Can the New VA Secretary Really Turn Around the VA?

 /  Dec. 6, 2014, 5 p.m.


McDonald and Reid

Amid public scandal and condemnation, the Department of Veterans Affairs (VA) is restructuring. Robert McDonald, the newly confirmed secretary and former CEO of Procter & Gamble, is leading the charge for change at a time when the VA has never been under more scrutiny.

McDonald’s appointment, which passed in the Senate with a resounding 97–0 vote, came in the aftermath of the most recent VA scandal. Over the summer, news broke that dozens of patients across the United States were dying from lack of care, and that the VA was falsifying records to cover up long wait lines.To right the wrongs, McDonald recently announced that thirty-five employees had been fired and floated the possibility that another thousand VA workers could lose their jobs. Additionally, four top administrators currently running hospitals around the country will be asked to leave. McDonald is stymied in his efforts to remove and replace his officials because all of the “firings” have to be approved by the Senate and House committees on veterans affairs.

In an interview with 60 Minutes, McDonald insisted that those who will be fired lost sight of the goals of the VA, whose primary mission is to provide high quality medical care to veterans. McDonald has singled out specific directors of hospitals in Pennsylvania, Alabama, and Georgia because of their involvement with a number of scandalous medical and bureaucratic disasters including the falsification of records, neglect of duty, and conduct unbecoming of an official. The leadership of these former top officials resulted in bureaucratic disaster. Wait lists grew longer and over one hundred thousand veterans went without care.

The scandal intensified when, at various Congressional hearings, Inspector General Richard Griffin admitted that these wait lists directly caused forty deaths in the Phoenix VA hospital alone.

Investigations  regarding the state of other hospitals around the country have yet to be made public. Until they are, however, there is no guarantee that veteran patients—even if admitted to a hospital—will get adequate care.

Among the other failures stands the Walter Reed Army Medical Center, a hospital that was once the crowning achievement of the VA. Walter Reed is now overwhelmed by the demands of constant warfare and struggles to keep up with the growing demands from both returning soldiers and aging veterans. There are currently over seven hundred patients admitted, which exceeds the hospital’s capacity and forces it to routinely discharge patients prematurely. Those patients either need further treatment or await reassignment. Either way, they enter the cesspool of American bureaucracy, becoming just another number.

While returning veterans struggle to find adequate care in the states, their peers are struggling to receive adequate medical attention or preparation in the field. New York Times Journalist C.J Chivers recently wrote an expose that blew the lid off a massive cover-up regarding chemical weapons, medical care, and high-level officials during the first Iraqi invasion. His investigative journalism explores the lack of medical preparation and attention given to soldiers who interacted with stockpiles of chemical weapons.
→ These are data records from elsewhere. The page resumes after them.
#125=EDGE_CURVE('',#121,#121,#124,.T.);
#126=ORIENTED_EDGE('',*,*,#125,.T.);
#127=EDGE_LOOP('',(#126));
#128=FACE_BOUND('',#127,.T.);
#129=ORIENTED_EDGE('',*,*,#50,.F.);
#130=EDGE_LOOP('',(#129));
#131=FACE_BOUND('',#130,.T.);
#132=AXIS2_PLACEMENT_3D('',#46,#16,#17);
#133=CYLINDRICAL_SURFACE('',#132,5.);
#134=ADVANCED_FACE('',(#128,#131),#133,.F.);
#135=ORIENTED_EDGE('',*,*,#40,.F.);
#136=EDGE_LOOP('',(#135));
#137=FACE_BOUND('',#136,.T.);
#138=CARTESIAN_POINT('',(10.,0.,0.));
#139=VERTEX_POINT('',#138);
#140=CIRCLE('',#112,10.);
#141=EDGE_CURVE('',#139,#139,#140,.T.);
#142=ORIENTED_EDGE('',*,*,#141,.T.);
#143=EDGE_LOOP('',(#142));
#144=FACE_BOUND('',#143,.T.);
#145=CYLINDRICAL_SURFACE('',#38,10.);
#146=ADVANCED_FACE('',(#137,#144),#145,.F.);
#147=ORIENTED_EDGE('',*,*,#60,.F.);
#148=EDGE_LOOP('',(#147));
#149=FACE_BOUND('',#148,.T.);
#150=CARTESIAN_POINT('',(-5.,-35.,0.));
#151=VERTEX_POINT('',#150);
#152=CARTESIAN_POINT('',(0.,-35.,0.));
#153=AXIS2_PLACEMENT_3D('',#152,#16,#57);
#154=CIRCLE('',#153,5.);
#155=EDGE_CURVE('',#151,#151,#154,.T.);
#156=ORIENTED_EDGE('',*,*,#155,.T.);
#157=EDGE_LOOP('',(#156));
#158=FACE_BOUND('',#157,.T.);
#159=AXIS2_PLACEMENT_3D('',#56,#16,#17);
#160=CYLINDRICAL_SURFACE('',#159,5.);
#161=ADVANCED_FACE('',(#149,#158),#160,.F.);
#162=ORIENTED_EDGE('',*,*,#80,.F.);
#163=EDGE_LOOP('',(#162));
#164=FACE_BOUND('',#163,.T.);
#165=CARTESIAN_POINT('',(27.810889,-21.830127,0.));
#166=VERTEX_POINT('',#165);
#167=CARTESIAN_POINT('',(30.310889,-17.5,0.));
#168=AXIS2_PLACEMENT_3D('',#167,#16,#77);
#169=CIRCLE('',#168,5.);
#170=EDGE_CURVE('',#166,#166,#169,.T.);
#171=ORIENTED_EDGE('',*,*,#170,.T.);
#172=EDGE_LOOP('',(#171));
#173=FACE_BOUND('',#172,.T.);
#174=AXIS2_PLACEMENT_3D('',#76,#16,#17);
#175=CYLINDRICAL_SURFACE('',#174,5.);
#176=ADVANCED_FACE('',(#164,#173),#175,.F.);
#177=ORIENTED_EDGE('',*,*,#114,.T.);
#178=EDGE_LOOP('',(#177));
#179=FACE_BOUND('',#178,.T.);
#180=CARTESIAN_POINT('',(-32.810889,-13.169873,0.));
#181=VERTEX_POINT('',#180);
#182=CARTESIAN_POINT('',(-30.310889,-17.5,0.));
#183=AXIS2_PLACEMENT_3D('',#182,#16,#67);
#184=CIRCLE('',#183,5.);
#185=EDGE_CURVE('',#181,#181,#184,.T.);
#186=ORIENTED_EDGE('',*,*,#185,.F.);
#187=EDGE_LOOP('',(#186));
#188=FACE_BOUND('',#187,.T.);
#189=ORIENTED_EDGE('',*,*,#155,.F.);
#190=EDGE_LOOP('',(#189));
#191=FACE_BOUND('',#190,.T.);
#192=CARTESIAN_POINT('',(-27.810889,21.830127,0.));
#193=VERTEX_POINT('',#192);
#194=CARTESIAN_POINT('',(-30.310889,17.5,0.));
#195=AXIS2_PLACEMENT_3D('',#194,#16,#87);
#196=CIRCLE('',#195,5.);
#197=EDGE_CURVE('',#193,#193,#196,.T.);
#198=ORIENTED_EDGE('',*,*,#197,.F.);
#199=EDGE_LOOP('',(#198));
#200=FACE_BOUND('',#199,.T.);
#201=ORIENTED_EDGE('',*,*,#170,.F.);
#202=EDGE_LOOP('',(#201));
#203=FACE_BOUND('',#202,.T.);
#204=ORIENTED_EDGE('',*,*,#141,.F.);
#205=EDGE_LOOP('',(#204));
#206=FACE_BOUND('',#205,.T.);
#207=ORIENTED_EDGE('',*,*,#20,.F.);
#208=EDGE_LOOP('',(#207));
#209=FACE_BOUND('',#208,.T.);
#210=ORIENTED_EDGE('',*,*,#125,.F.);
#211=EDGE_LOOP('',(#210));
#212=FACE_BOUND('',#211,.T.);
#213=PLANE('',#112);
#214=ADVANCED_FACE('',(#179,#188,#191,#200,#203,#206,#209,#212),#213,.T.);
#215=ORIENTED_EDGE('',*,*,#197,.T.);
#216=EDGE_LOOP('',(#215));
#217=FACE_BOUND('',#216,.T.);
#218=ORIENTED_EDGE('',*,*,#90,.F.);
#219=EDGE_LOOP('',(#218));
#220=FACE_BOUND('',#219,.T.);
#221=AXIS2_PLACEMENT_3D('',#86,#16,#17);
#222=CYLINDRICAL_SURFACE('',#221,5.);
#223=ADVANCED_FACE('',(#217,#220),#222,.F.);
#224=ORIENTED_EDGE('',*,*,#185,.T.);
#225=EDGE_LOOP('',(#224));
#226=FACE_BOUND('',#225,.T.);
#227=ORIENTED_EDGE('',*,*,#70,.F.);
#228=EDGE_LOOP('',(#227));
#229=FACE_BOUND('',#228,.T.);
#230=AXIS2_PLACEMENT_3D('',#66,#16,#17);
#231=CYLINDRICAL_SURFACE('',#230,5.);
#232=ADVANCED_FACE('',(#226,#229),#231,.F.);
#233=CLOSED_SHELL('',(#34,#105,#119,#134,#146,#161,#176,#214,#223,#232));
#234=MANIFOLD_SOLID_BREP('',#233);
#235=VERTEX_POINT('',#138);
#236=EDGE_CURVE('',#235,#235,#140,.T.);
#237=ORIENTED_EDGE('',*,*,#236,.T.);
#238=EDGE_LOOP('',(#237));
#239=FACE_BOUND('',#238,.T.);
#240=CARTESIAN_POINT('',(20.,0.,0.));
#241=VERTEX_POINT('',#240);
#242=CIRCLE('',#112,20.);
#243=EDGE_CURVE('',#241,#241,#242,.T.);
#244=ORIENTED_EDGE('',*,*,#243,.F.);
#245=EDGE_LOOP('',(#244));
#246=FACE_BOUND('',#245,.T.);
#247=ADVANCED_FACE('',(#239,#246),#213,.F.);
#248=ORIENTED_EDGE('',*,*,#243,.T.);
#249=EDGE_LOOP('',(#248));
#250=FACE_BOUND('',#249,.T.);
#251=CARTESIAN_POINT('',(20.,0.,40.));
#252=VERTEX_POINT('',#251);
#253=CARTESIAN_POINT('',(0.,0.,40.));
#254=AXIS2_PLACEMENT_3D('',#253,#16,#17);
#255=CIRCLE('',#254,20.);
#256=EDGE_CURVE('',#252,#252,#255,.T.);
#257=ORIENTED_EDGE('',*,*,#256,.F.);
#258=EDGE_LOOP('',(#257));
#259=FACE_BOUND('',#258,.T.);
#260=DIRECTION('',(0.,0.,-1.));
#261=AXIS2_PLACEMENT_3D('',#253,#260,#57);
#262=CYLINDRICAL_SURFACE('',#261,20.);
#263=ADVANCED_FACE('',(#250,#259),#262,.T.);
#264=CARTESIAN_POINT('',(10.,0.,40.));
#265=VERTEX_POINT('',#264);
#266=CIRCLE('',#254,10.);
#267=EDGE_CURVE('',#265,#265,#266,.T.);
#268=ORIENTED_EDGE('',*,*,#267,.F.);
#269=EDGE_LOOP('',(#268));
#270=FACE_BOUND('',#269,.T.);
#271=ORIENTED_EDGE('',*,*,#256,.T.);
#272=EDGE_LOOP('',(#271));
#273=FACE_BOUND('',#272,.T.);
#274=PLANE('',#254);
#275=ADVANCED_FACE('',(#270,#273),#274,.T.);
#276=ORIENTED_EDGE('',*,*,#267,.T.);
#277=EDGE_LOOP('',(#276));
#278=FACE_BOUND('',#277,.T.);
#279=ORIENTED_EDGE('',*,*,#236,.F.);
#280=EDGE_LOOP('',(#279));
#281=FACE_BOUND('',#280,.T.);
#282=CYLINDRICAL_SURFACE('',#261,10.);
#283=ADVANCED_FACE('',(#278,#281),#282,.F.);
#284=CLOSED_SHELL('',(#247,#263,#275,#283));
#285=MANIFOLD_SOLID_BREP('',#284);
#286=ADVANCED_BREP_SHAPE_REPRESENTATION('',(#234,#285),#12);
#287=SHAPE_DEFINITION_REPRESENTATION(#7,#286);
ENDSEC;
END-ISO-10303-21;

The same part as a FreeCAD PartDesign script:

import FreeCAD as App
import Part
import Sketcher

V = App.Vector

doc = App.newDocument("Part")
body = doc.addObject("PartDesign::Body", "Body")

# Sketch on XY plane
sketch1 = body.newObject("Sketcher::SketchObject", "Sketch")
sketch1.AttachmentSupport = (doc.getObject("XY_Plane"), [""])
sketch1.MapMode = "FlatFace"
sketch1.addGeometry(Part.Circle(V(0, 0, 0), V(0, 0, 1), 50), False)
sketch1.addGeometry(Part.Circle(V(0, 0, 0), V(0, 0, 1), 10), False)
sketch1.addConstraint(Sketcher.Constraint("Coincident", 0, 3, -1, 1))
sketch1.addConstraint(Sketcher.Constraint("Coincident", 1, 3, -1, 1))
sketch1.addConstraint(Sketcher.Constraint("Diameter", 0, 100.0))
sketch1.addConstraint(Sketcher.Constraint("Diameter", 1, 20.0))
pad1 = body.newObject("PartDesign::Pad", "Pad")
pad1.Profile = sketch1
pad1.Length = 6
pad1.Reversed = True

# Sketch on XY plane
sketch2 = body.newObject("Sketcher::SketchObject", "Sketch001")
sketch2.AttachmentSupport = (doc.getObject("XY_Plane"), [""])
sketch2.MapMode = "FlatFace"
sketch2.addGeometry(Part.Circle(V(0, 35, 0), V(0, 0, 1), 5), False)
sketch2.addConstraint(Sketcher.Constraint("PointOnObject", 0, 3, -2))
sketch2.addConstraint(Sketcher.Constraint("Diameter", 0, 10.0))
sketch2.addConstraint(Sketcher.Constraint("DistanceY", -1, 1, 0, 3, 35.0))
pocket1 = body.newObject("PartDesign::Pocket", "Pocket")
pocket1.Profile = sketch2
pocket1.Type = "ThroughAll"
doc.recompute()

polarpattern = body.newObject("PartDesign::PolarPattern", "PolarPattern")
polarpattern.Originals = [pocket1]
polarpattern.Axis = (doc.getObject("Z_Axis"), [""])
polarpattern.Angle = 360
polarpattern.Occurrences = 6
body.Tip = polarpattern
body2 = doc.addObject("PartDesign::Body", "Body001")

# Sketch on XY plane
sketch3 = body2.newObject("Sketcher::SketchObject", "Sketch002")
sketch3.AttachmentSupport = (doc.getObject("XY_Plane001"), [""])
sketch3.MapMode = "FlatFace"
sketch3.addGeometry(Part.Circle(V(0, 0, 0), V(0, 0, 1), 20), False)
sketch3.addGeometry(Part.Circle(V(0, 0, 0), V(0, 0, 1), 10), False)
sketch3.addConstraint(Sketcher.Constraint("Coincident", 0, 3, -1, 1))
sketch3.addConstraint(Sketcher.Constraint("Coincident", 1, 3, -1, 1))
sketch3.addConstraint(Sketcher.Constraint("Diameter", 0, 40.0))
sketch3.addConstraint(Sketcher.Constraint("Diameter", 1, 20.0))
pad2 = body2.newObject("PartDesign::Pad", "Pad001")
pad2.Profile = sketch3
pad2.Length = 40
Chivers provides chilling accounts of the soldiers who “repeatedly encountered, and at times were wounded” by chemical weapons abandoned across Iraq. After encountering the chemical weapons, soldiers were questioned by medical staff and accused of taking recreational drugs, inevitably delaying critical medical treatment.

When the military and the Bush administration were forced to confront the issue, supervisors “pressed for a cover up” of the operation and soldiers were told to report they found “nothing of significance.” When the wounded finally received treatment, they were prohibited from telling anyone what had happened. Their condition was labeled  “top secret.” The lack of preparation the soldiers were given in the battlefield and the difficulty they faced in receiving medical care mirrors the bureaucratic struggle plaguing veterans on their return home. A pattern has emerged in the handling of veterans at home and abroad that involves covering up the embarrassing lapses in care.

McDonald must overcome this cover-up culture while he faces the challenge of properly staffing his 151 VA hospitals around the country. The VA is losing out on new doctors who prefer the larger salaries of private sector jobs. McDonald seeks to make the VA competitive by offering student loan forgiveness as he seeks to fill over twenty-eight thousand positions. The current shortage of doctors and nurses is partially to blame for the recent lapses in care. It's no wonder McDonald struggles to recruit for his hospitals given the pay differential and recent news reports of VA mismanagement.

McDonald faces a herculean task ahead of him. He must take on hospital directors, dangerously long wait lists, and even top military officials to change the way the government delivers healthcare. McDonald must restore faith in an ineffective, yet essential, government agency for the sake of protecting veterans who risked their lives for the American people.